TSTC Cybersecurity best practices for passwords

(ROSENBERG, Texas) – In today’s online world, it is often safer to assume that passwords will be compromised.

“Breaches happen all the time,” said Tim Janssen, a Texas State Technical College Cybersecurity instructor. “We like simplicity, and simplicity makes it easy for hackers. Some companies understand that passwords could be the weakest link of security.”

But when people arm themselves with that eventuality, they can help defend themselves against hackers. The best defense begins with being informed.

Hackers most often crack passwords through one of two approaches: brute force and dictionary attacks. Both names are descriptive of the methods used.

In brute force attacks, a hacker makes every attempt in the alphabet and special character sets to guess a password. Hackers can guess common passwords — think “123456” or “password” — in less than a second, according to research from NordPass, of Nord Security.

Dictionary attacks employ a list of possible passwords.

“Hackers have a huge file and let it attack a user account,” Janssen said. “With any luck, they can have it cracked within minutes.”

Last year, hackers added another formidable resource to their arsenals: RockYou2021.

“This is more of a concerning factor,” Janssen said.

RockYou2021 is a list of passwords compiled from previous security breaches. It is highly accessible. Even if a user has a complex password, if it is on the list, the user can consider their account compromised.

“(RockYou2021) already has 8.4 billion entries,” Janssen said. “Passwords across the whole world that people are using can be found here.”

While there are many opportunities for hackers to steal credentials, there are more resources available to users to make those breaches much more difficult.

Start with checking whether your email address has been associated with a data breach. Though this information depends on the transparency of the companies involved in the breach, Janssen suggests entering an email in the search bar of a website like haveibeenpwned.com. There, you can examine where the breaches originated and make a plan to increase the strength of your passwords – and the security of your data.

According to data sourced by the website howsecureismypassword.net, the lower the number of characters in a password, the easier it is to access. Even a five-character combination of numbers, upper and lowercase letters, and symbols can be cracked instantly.

However, an 11-character password with the same parameters for its characters will take 400 years to crack. A 12-character combination will hold out for 34,000 years.

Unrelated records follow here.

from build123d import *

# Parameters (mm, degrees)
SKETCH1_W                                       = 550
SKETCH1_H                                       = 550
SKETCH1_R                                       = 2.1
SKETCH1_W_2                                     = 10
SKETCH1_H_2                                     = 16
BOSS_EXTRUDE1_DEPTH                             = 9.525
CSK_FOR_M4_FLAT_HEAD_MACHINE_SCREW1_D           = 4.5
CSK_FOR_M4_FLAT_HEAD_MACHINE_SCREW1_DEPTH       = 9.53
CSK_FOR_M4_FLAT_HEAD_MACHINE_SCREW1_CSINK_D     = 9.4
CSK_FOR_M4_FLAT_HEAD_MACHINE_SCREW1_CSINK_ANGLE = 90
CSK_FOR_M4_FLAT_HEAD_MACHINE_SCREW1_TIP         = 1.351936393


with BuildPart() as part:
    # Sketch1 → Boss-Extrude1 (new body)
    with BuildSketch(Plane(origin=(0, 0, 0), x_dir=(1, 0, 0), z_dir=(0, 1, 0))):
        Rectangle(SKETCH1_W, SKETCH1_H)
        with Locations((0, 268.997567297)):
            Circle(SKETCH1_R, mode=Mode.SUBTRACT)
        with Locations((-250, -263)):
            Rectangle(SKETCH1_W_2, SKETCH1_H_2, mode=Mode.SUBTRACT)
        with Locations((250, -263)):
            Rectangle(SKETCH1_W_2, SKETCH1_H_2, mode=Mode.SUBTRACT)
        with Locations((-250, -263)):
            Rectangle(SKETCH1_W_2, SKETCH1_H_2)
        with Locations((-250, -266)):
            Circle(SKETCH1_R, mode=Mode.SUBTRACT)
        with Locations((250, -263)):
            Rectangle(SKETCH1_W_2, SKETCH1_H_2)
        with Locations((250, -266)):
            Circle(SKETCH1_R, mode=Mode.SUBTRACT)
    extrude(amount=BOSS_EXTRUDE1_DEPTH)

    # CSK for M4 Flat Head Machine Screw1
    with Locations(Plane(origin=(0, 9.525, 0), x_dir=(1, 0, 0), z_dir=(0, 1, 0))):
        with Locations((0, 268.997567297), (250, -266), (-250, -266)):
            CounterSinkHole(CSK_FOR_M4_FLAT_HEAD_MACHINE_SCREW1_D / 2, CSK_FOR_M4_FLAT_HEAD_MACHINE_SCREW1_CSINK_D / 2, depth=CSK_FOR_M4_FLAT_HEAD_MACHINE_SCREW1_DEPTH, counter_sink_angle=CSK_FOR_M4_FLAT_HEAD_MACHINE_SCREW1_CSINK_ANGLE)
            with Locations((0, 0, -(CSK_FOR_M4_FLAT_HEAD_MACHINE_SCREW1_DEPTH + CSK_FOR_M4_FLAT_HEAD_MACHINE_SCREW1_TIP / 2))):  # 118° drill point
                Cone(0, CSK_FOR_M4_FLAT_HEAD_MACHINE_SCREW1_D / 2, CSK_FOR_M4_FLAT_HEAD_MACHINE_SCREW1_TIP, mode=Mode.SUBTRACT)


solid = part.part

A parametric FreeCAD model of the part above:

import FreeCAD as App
import Part
import Sketcher

doc = App.newDocument("Part")
body = doc.addObject("PartDesign::Body", "Body")

# Sketch on XZ plane
sketch1 = body.newObject("Sketcher::SketchObject", "Sketch")
sketch1.AttachmentSupport = (doc.getObject("XZ_Plane"), [""])
sketch1.MapMode = "FlatFace"
sketch1.addGeometry([
    Part.LineSegment(App.Vector(-275, -275, 0), App.Vector(-275, 275, 0)),  # 0
    Part.LineSegment(App.Vector(-275, 275, 0), App.Vector(275, 275, 0)),  # 1
    Part.LineSegment(App.Vector(275, 275, 0), App.Vector(275, -275, 0)),  # 2
    Part.LineSegment(App.Vector(275, -275, 0), App.Vector(-275, -275, 0)),  # 3
    Part.Circle(App.Vector(-250, 266, 0), App.Vector(0, 0, 1), 2.1),  # 4
    Part.Circle(App.Vector(250, 266, 0), App.Vector(0, 0, 1), 2.1),  # 5
    Part.Circle(App.Vector(0, -269, 0), App.Vector(0, 0, 1), 2.1),  # 6
], False)
sketch1.addConstraint([
    Sketcher.Constraint("Coincident", 0, 2, 1, 1),
    Sketcher.Constraint("Coincident", 1, 2, 2, 1),
    Sketcher.Constraint("Coincident", 2, 2, 3, 1),
    Sketcher.Constraint("Coincident", 3, 2, 0, 1),
    Sketcher.Constraint("Vertical", 0),
    Sketcher.Constraint("Horizontal", 1),
    Sketcher.Constraint("Vertical", 2),
    Sketcher.Constraint("Horizontal", 3),
    Sketcher.Constraint("Equal", 4, 5),
    Sketcher.Constraint("Equal", 5, 6),
    Sketcher.Constraint("Symmetric", 0, 2, 2, 2, -1, 1),
    Sketcher.Constraint("Symmetric", 4, 3, 5, 3, -2),
    Sketcher.Constraint("PointOnObject", 6, 3, -2),
    Sketcher.Constraint("Equal", 3, 0),
    Sketcher.Constraint("Diameter", 4, 4.2),
    Sketcher.Constraint("DistanceX", 1, 1, 1, 2, 550.0),
    Sketcher.Constraint("DistanceX", 4, 3, -1, 1, 250.0),
    Sketcher.Constraint("DistanceY", -1, 1, 4, 3, 266.0),
    Sketcher.Constraint("DistanceY", 6, 3, -1, 1, 268.997567),
])
pad1 = body.newObject("PartDesign::Pad", "Pad")
pad1.Profile = sketch1
pad1.Length = 9.525
pad1.Reversed = True

# Sketch on XZ plane
sketch2 = body.newObject("Sketcher::SketchObject", "Sketch001")
sketch2.AttachmentSupport = (doc.getObject("XZ_Plane"), [""])
sketch2.MapMode = "FlatFace"
sketch2.AttachmentOffset = App.Placement(App.Vector(0, 0, -9.525), App.Rotation())
sketch2.addGeometry([
    Part.Circle(App.Vector(0, -269, 0), App.Vector(0, 0, 1), 2.2),
    Part.Circle(App.Vector(250, 266, 0), App.Vector(0, 0, 1), 2.2),
    Part.Circle(App.Vector(-250, 266, 0), App.Vector(0, 0, 1), 2.2),
], False)
sketch2.addConstraint([
    Sketcher.Constraint("Equal", 0, 1),
    Sketcher.Constraint("Equal", 1, 2),
    Sketcher.Constraint("Symmetric", 1, 3, 2, 3, -2),
    Sketcher.Constraint("PointOnObject", 0, 3, -2),
    Sketcher.Constraint("Diameter", 0, 4.5),
    Sketcher.Constraint("DistanceX", -1, 1, 1, 3, 250.0),
    Sketcher.Constraint("DistanceY", -1, 1, 1, 3, 266.0),
    Sketcher.Constraint("DistanceY", 0, 3, -1, 1, 268.997567),
])
doc.recompute()
hole = body.newObject("PartDesign::Hole", "Hole")
hole.Profile = sketch2
hole.ThreadType = "None"
hole.Diameter = 4.5
hole.DepthType = "Dimension"
hole.Depth = 9.53
hole.DrillPoint = "Angled"
hole.DrillPointAngle = 118
hole.HoleCutType = "Countersink"
hole.HoleCutDiameter = 9.4
hole.HoleCutCountersinkAngle = 90
hole.Reversed = True

doc.recompute()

“When the IT department says it needs to be 12 characters, here’s why,” Janssen said.

Complexity is key, in this case. But if your password is on, for example, the RockYou2021 list, it does you no good. That is also why many companies require their employees to change their credentials on a regular basis.

After you have crafted a quality password, however, resist the temptation to use it to access multiple accounts, like your work computer, bank account and favorite retailer.

“If you use the same password across all of them, that means multiple accounts compromised,” Janssen warned.

A password manager like KeePass can help defend against breaches like this, he said, adding that he does not recommend saving credentials when phones or computers offer to do so.

KeePass can help generate and store complex, unique passwords for multiple accounts — all in one place and accessed via a master password. Janssen keeps his account local, on his computer, for the added levels of security that his network provides. There is also an option to access the resource across multiple devices.

But perhaps the most effective tool to ward off hackers is multifactor authentication — like when, after entering their credentials on an account, users must then receive and enter an additional one-time code before accessing the account.

“If I’m a hacker and I have come across your credentials — your email address — that’s all I need,” Janssen said. “If I kind of know that you’re visiting this site, then I can attack that site with a word list. Multifactor really protects us because even if someone cracks your password, they have to reply with the text message.”

Janssen encourages his Cybersecurity students at TSTC to think about the layers of defense they can employ to keep data safe.

“If one layer is broken, how can we deter (hackers) from continuing their attack?” he asked.

You do not have to be training for a degree in Cybersecurity to leverage the best practices for online security.

“Please do not put passwords where they can be seen, like a notepad or sticky note,” Janssen said.

TSTC offers completely online training for its Cybersecurity program. Students can choose to pursue an Associate of Applied Science degree in Cybersecurity, an advanced technical certificate of completion in Digital Forensics Specialist, and an occupational skills award in Basic Cybersecurity. Cybersecurity is one of TSTC’s Performance-Based Education programs, meaning that students move through their training at a flexible pace.

In Texas, digital forensics analysts can earn an average annual salary of $89,750, according to onetonline.org. The number of analysts is expected to grow by 20% in the state through 2028.